**What to produce**
Using the data beneath this instruction, retype only the lines from the one that contains "f 144 142 143" down to the one that contains "f 169 168 170", both included, exactly as they appear.

[Dataset entries]
⁂
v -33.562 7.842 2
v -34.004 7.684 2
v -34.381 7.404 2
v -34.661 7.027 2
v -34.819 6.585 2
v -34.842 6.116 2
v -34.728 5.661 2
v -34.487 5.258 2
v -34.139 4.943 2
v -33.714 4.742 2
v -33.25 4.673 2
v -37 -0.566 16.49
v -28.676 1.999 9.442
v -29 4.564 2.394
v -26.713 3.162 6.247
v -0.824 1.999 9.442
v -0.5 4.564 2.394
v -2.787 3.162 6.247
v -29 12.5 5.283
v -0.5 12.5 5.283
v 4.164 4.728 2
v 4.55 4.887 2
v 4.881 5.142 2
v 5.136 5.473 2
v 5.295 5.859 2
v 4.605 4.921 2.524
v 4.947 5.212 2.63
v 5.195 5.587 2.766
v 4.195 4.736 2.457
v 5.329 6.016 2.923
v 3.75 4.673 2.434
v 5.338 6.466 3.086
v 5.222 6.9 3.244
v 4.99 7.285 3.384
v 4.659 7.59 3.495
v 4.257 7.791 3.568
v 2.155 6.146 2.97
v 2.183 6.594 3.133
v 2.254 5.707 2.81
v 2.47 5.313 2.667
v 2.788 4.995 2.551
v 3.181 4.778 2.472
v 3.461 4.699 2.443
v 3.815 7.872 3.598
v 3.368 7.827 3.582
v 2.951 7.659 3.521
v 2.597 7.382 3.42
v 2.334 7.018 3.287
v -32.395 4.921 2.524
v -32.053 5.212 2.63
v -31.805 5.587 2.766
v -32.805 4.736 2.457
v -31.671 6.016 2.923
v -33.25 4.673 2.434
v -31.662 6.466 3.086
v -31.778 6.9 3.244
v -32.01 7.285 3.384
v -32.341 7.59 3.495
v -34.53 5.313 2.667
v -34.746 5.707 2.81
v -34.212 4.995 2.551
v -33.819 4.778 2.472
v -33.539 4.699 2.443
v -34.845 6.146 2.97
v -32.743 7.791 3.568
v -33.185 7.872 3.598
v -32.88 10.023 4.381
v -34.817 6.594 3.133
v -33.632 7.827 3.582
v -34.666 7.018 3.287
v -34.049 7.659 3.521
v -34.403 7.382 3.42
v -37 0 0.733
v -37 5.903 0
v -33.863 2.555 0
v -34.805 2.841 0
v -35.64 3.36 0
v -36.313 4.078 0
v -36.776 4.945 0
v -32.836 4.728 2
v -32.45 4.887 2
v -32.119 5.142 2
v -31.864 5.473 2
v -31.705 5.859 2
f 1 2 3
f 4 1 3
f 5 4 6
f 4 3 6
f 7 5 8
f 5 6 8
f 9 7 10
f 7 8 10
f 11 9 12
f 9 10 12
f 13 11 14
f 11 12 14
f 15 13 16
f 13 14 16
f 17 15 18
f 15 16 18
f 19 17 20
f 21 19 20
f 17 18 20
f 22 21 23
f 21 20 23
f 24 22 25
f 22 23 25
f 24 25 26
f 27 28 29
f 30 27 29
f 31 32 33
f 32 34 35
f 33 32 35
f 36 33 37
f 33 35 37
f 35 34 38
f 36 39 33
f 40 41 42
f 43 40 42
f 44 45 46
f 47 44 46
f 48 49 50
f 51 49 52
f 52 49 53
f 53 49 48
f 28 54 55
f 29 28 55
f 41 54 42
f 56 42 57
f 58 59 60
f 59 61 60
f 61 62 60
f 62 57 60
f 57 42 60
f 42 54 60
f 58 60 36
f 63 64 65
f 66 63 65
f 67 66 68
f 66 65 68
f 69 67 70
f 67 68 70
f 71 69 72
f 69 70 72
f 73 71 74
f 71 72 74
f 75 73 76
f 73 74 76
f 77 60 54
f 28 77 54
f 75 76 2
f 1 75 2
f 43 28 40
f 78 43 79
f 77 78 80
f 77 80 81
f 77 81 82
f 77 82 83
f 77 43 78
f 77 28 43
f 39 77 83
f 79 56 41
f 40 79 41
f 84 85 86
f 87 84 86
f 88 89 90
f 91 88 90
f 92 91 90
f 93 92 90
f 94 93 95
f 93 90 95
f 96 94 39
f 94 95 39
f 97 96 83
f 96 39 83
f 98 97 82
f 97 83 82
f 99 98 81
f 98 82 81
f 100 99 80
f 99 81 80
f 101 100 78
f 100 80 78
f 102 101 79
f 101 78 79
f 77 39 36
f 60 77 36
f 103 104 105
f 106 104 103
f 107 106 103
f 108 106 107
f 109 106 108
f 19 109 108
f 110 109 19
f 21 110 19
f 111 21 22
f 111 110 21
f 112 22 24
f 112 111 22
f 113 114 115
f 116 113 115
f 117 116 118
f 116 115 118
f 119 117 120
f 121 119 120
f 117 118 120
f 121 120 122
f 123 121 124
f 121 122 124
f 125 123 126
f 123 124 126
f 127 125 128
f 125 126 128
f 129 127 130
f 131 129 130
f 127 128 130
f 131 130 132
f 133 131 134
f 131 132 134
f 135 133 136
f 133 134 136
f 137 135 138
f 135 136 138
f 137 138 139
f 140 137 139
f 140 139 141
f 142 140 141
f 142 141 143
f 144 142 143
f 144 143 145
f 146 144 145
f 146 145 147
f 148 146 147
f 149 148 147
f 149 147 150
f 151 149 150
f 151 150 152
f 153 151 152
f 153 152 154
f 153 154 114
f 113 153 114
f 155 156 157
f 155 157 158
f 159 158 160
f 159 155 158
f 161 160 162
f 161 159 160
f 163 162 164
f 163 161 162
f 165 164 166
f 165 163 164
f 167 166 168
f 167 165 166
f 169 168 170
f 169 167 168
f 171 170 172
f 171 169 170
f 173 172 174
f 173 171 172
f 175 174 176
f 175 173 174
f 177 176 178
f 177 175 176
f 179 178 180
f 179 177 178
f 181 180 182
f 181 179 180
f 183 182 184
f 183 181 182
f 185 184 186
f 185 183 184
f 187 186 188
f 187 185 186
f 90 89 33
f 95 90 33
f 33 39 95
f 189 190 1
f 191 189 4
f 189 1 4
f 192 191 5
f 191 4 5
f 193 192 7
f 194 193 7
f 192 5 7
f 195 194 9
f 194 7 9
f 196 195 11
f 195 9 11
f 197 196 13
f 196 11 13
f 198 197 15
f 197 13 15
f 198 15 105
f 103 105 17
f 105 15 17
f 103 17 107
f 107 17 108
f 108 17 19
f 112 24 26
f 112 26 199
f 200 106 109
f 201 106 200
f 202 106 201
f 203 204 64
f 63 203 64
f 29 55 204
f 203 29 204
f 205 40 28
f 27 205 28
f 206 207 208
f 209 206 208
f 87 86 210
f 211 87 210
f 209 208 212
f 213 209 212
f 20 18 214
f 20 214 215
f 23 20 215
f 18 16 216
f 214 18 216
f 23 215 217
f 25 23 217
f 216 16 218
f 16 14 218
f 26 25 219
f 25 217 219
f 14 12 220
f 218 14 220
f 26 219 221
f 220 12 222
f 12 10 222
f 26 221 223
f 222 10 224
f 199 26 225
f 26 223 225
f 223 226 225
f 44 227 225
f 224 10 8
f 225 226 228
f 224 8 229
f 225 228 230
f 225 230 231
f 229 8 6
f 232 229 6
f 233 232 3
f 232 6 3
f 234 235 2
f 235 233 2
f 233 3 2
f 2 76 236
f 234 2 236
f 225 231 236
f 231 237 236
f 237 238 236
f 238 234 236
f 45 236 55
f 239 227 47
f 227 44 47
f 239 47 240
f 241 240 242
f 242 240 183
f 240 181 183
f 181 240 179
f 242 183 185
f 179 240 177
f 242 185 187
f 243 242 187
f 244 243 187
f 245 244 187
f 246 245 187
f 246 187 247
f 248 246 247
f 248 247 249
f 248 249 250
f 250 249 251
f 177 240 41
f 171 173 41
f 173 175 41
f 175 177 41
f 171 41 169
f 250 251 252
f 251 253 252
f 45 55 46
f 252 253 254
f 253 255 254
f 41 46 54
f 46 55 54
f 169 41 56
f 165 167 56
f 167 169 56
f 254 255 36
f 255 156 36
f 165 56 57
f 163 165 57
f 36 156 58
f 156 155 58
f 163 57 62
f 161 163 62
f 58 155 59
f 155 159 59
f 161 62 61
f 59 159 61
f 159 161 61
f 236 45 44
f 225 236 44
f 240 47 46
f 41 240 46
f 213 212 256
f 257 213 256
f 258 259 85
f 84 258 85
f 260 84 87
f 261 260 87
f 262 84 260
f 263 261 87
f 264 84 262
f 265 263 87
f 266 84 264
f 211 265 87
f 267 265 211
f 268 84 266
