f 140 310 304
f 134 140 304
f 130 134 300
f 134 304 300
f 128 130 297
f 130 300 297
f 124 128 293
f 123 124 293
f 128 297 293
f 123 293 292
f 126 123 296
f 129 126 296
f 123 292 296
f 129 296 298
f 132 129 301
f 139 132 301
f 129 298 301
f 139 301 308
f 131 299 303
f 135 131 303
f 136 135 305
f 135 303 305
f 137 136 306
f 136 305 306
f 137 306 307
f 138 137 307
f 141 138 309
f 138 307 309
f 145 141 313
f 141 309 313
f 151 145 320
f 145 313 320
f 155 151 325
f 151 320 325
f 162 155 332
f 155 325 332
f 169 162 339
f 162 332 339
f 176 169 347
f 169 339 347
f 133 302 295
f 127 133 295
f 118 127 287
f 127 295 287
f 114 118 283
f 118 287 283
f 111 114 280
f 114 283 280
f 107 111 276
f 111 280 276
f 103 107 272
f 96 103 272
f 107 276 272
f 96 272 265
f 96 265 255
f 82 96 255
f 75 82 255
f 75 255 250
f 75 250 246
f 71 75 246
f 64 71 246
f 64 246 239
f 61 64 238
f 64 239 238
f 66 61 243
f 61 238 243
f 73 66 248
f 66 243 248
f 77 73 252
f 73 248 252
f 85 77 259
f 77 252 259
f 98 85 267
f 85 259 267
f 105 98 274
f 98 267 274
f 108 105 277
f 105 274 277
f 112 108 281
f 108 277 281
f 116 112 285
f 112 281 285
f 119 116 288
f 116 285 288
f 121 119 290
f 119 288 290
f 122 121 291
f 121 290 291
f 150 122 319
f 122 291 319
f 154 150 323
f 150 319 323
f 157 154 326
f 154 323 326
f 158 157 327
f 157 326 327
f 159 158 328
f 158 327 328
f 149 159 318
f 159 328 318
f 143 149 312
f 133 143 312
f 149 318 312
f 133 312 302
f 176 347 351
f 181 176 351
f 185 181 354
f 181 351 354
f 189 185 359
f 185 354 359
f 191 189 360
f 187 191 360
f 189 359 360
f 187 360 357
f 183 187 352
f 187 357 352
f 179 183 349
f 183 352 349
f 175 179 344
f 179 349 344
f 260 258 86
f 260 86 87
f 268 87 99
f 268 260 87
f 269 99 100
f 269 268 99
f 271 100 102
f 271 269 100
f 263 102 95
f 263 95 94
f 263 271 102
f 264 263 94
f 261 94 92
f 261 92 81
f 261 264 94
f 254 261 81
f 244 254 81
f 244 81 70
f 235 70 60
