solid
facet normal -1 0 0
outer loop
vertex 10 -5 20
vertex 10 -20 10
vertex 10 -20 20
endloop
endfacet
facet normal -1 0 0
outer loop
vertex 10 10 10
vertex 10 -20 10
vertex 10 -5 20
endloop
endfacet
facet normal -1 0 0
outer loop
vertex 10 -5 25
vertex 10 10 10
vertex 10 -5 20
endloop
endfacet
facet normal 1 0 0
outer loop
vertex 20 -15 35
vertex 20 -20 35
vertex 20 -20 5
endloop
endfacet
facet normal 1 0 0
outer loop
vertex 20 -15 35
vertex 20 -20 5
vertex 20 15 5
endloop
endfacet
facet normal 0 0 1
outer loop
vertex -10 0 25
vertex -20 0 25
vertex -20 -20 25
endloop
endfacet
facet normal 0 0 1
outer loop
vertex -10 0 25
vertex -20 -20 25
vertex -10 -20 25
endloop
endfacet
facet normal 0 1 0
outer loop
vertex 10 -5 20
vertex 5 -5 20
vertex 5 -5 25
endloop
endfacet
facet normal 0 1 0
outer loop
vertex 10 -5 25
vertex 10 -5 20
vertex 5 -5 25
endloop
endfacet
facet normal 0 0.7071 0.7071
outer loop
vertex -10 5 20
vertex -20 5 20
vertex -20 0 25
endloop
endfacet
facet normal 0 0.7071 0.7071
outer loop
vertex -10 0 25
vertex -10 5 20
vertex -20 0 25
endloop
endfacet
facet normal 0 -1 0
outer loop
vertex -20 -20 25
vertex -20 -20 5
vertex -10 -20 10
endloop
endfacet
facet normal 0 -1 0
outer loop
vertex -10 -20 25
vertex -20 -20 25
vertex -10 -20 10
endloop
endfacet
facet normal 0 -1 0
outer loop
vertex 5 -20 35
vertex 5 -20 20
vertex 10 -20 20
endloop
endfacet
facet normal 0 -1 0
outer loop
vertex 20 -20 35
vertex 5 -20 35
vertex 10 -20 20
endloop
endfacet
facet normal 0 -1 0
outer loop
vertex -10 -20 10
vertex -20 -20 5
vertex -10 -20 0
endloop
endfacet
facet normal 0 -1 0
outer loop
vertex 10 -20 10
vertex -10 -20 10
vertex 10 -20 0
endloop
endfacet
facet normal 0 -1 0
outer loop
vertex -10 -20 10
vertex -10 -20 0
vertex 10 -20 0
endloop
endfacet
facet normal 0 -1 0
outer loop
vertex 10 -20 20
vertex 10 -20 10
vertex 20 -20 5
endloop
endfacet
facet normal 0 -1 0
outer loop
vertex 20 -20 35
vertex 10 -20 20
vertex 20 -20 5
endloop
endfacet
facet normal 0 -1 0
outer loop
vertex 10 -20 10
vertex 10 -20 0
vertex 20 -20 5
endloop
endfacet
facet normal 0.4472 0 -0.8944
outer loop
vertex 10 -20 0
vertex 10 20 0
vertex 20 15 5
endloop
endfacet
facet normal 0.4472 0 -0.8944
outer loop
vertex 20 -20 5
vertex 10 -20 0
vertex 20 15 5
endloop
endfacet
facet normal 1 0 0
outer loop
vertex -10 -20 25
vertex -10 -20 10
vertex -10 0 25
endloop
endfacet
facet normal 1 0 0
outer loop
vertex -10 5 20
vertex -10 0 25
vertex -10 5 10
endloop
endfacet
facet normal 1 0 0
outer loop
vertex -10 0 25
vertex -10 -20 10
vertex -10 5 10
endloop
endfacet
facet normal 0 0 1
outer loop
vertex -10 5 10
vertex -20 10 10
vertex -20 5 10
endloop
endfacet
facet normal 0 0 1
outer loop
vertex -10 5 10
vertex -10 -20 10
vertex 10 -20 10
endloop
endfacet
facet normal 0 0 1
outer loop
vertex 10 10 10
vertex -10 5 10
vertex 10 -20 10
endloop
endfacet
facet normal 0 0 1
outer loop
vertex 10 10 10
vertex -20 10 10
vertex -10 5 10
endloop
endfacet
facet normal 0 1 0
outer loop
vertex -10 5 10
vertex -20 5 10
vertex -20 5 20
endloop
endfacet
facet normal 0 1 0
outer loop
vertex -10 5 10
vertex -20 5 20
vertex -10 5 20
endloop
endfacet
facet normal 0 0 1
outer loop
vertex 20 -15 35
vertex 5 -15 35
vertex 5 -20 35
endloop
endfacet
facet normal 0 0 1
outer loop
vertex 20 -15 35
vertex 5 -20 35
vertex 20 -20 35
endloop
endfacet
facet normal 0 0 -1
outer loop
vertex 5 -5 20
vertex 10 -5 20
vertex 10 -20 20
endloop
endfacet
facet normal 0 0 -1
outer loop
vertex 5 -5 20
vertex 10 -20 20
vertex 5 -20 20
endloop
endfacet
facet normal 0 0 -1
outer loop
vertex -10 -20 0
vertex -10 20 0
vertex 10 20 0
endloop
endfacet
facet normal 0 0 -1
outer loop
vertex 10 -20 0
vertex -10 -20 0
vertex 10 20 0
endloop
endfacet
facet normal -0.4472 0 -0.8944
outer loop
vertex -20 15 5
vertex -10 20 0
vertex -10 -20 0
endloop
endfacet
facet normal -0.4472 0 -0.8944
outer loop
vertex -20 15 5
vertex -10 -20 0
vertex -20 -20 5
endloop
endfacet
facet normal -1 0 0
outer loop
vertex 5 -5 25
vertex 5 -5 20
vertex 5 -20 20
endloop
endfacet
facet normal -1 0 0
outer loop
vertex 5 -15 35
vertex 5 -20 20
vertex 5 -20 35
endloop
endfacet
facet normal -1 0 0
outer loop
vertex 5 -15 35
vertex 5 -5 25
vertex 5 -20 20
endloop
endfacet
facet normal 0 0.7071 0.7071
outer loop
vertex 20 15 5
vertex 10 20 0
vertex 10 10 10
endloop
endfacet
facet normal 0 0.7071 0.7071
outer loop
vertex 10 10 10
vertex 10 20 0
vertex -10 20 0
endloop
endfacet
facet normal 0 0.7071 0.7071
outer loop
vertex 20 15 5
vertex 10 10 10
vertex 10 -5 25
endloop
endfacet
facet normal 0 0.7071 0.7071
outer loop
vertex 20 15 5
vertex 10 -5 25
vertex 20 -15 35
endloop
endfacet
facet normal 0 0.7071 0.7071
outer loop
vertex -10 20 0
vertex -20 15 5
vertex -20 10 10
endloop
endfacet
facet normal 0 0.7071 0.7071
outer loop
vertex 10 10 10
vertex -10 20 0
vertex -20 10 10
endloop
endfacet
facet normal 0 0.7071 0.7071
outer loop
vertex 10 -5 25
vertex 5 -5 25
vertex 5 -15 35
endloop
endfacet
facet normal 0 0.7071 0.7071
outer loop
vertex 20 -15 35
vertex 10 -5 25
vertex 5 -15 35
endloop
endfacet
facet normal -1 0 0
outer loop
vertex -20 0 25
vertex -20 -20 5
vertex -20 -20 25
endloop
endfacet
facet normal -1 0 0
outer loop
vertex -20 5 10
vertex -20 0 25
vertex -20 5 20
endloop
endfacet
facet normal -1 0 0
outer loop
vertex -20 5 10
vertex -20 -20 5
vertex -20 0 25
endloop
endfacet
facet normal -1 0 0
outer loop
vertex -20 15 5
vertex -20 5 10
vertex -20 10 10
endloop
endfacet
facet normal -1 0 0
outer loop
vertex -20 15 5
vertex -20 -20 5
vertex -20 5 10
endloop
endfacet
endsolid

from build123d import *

# Parameters (mm, degrees)
SKETCH1_W           = 40
SKETCH1_H           = 40
BOSS_EXTRUDE1_DEPTH = 35
CUT_EXTRUDE1_DEPTH  = 41
CUT_EXTRUDE3_DEPTH  = 41
CUT_EXTRUDE4_DEPTH  = 5
SKETCH5_W           = 10
SKETCH5_H           = 25
BOSS_EXTRUDE2_DEPTH = 15
CUT_EXTRUDE5_DEPTH  = 15
CUT_EXTRUDE6_DEPTH  = 41


with BuildPart() as part:
    # Sketch1 → Boss-Extrude1 (new body)
    with BuildSketch(Plane.XY):
        Rectangle(SKETCH1_W, SKETCH1_H)
    extrude(amount=BOSS_EXTRUDE1_DEPTH)

    # Sketch2 → Cut-Extrude1 (cut, through all)
    with BuildSketch(Plane(origin=(0, 20, 0), x_dir=(1, 0, 0), z_dir=(0, 1, 0))):
        Polygon((-20, -10), (10, -10), (10, -20), (5, -20), (5, -35), (-20, -35), align=None)
    extrude(amount=-CUT_EXTRUDE1_DEPTH, mode=Mode.SUBTRACT)

    # Sketch3 → Cut-Extrude3 (cut, through all)
    with BuildSketch(Plane(origin=(-20, 0, 0), x_dir=(0, 0, -1), z_dir=(1, 0, 0))):
        Polygon((0, 20), (-35, -15), (-35, 20), align=None)
    extrude(amount=CUT_EXTRUDE3_DEPTH, mode=Mode.SUBTRACT)

    # Sketch4 → Cut-Extrude4 (cut)
    with BuildSketch(Plane.ZY.offset(-5)):
        Polygon((20, 0), (20, -5), (25, -5), align=None)
    extrude(amount=-CUT_EXTRUDE4_DEPTH, mode=Mode.SUBTRACT)

    # Sketch5 → Boss-Extrude2 (add)
    with BuildSketch(Plane.XY.offset(10)):
        with Locations((-15, -7.5)):
            Rectangle(SKETCH5_W, SKETCH5_H)
    extrude(amount=BOSS_EXTRUDE2_DEPTH)

    # Sketch6 → Cut-Extrude5 (cut)
    with BuildSketch(Plane.ZY.offset(20)):
        Polygon((25, 5), (20, 5), (25, 0), align=None)
    extrude(amount=-CUT_EXTRUDE5_DEPTH, mode=Mode.SUBTRACT)

    # Sketch7 → Cut-Extrude6 (cut, through all)
    with BuildSketch(Plane.XZ.offset(20)):
        Polygon((10, 0), (20, 5), (20, 0), align=None)
        Polygon((-20, 0), (-10, 0), (-20, 5), align=None)
    extrude(amount=-CUT_EXTRUDE6_DEPTH, mode=Mode.SUBTRACT)


solid = part.part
⁂
**Exercise answer**
f 144 142 143
f 144 143 145
f 146 144 145
f 146 145 147
f 148 146 147
f 149 148 147
f 149 147 150
f 151 149 150
f 151 150 152
f 153 151 152
f 153 152 154
f 153 154 114
f 113 153 114
f 155 156 157
f 155 157 158
f 159 158 160
f 159 155 158
f 161 160 162
f 161 159 160
f 163 162 164
f 163 161 162
f 165 164 166
f 165 163 164
f 167 166 168
f 167 165 166
f 169 168 170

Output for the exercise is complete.